Records Block Start
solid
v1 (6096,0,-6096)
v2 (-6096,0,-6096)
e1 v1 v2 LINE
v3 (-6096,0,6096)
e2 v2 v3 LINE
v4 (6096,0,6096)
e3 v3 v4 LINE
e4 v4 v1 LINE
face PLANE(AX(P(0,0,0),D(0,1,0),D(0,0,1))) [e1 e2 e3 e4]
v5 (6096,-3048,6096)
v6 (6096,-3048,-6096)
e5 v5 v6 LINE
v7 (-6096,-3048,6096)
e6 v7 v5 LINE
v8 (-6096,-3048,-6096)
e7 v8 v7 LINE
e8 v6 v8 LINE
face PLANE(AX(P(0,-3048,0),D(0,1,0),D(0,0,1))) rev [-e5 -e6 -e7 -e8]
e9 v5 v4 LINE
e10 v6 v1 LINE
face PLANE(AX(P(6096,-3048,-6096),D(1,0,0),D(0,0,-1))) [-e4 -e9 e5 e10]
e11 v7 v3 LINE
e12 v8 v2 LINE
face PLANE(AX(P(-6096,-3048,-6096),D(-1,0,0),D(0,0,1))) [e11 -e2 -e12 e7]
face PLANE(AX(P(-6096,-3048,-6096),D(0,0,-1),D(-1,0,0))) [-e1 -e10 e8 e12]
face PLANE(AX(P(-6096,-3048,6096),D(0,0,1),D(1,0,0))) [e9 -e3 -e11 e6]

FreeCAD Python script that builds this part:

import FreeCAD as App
import Part
import Sketcher
from FreeCAD import Vector
Q = App.Units.Quantity

doc = App.newDocument("Part")
body = doc.addObject("PartDesign::Body", "Body")

sketch1 = body.newObject("Sketcher::SketchObject", "Sketch")
sketch1.AttachmentSupport = (doc.getObject("XZ_Plane"), [""])
sketch1.MapMode = "FlatFace"
sketch1.addGeometry([
    Part.LineSegment(Vector(-6096, -6096, 0), Vector(-6096, 6096, 0)),
    Part.LineSegment(Vector(-6096, 6096, 0), Vector(6096, 6096, 0)),
    Part.LineSegment(Vector(6096, 6096, 0), Vector(6096, -6096, 0)),
    Part.LineSegment(Vector(6096, -6096, 0), Vector(-6096, -6096, 0)),
], False)
sketch1.addConstraint([
    Sketcher.Constraint("Coincident", 0, 2, 1, 1),
    Sketcher.Constraint("Coincident", 1, 2, 2, 1),
    Sketcher.Constraint("Coincident", 2, 2, 3, 1),
    Sketcher.Constraint("Coincident", 3, 2, 0, 1),
    Sketcher.Constraint("Vertical", 0),
    Sketcher.Constraint("Horizontal", 1),
    Sketcher.Constraint("Vertical", 2),
    Sketcher.Constraint("Horizontal", 3),
    Sketcher.Constraint("Symmetric", 0, 2, 2, 2, -1, 1),
    Sketcher.Constraint("Equal", 3, 0),
    Sketcher.Constraint("DistanceX", 1, 1, 1, 2, Q("480 in")),
])
pad1 = body.newObject("PartDesign::Pad", "Pad")
pad1.Profile = sketch1
pad1.Length = Q("120 in")

doc.recompute()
Records Block End
**What you should do:**
All that should be returned is the run of lines from the one with "face PLANE(AX(P(-6096,-3048,-6096),D(0,0,-1),D(-1,0,0))) [-e1" to the last line of the material above, copied exactly.

**Exercise answer:**
face PLANE(AX(P(-6096,-3048,-6096),D(0,0,-1),D(-1,0,0))) [-e1 -e10 e8 e12]
face PLANE(AX(P(-6096,-3048,6096),D(0,0,1),D(1,0,0))) [e9 -e3 -e11 e6]

FreeCAD Python script that builds this part:

import FreeCAD as App
import Part
import Sketcher
from FreeCAD import Vector
Q = App.Units.Quantity

doc = App.newDocument("Part")
body = doc.addObject("PartDesign::Body", "Body")

sketch1 = body.newObject("Sketcher::SketchObject", "Sketch")
sketch1.AttachmentSupport = (doc.getObject("XZ_Plane"), [""])
sketch1.MapMode = "FlatFace"
sketch1.addGeometry([
    Part.LineSegment(Vector(-6096, -6096, 0), Vector(-6096, 6096, 0)),
    Part.LineSegment(Vector(-6096, 6096, 0), Vector(6096, 6096, 0)),
    Part.LineSegment(Vector(6096, 6096, 0), Vector(6096, -6096, 0)),
    Part.LineSegment(Vector(6096, -6096, 0), Vector(-6096, -6096, 0)),
], False)
sketch1.addConstraint([
    Sketcher.Constraint("Coincident", 0, 2, 1, 1),
    Sketcher.Constraint("Coincident", 1, 2, 2, 1),
    Sketcher.Constraint("Coincident", 2, 2, 3, 1),
    Sketcher.Constraint("Coincident", 3, 2, 0, 1),
    Sketcher.Constraint("Vertical", 0),
    Sketcher.Constraint("Horizontal", 1),
    Sketcher.Constraint("Vertical", 2),
    Sketcher.Constraint("Horizontal", 3),
    Sketcher.Constraint("Symmetric", 0, 2, 2, 2, -1, 1),
    Sketcher.Constraint("Equal", 3, 0),
    Sketcher.Constraint("DistanceX", 1, 1, 1, 2, Q("480 in")),
])
pad1 = body.newObject("PartDesign::Pad", "Pad")
pad1.Profile = sketch1
pad1.Length = Q("120 in")

doc.recompute()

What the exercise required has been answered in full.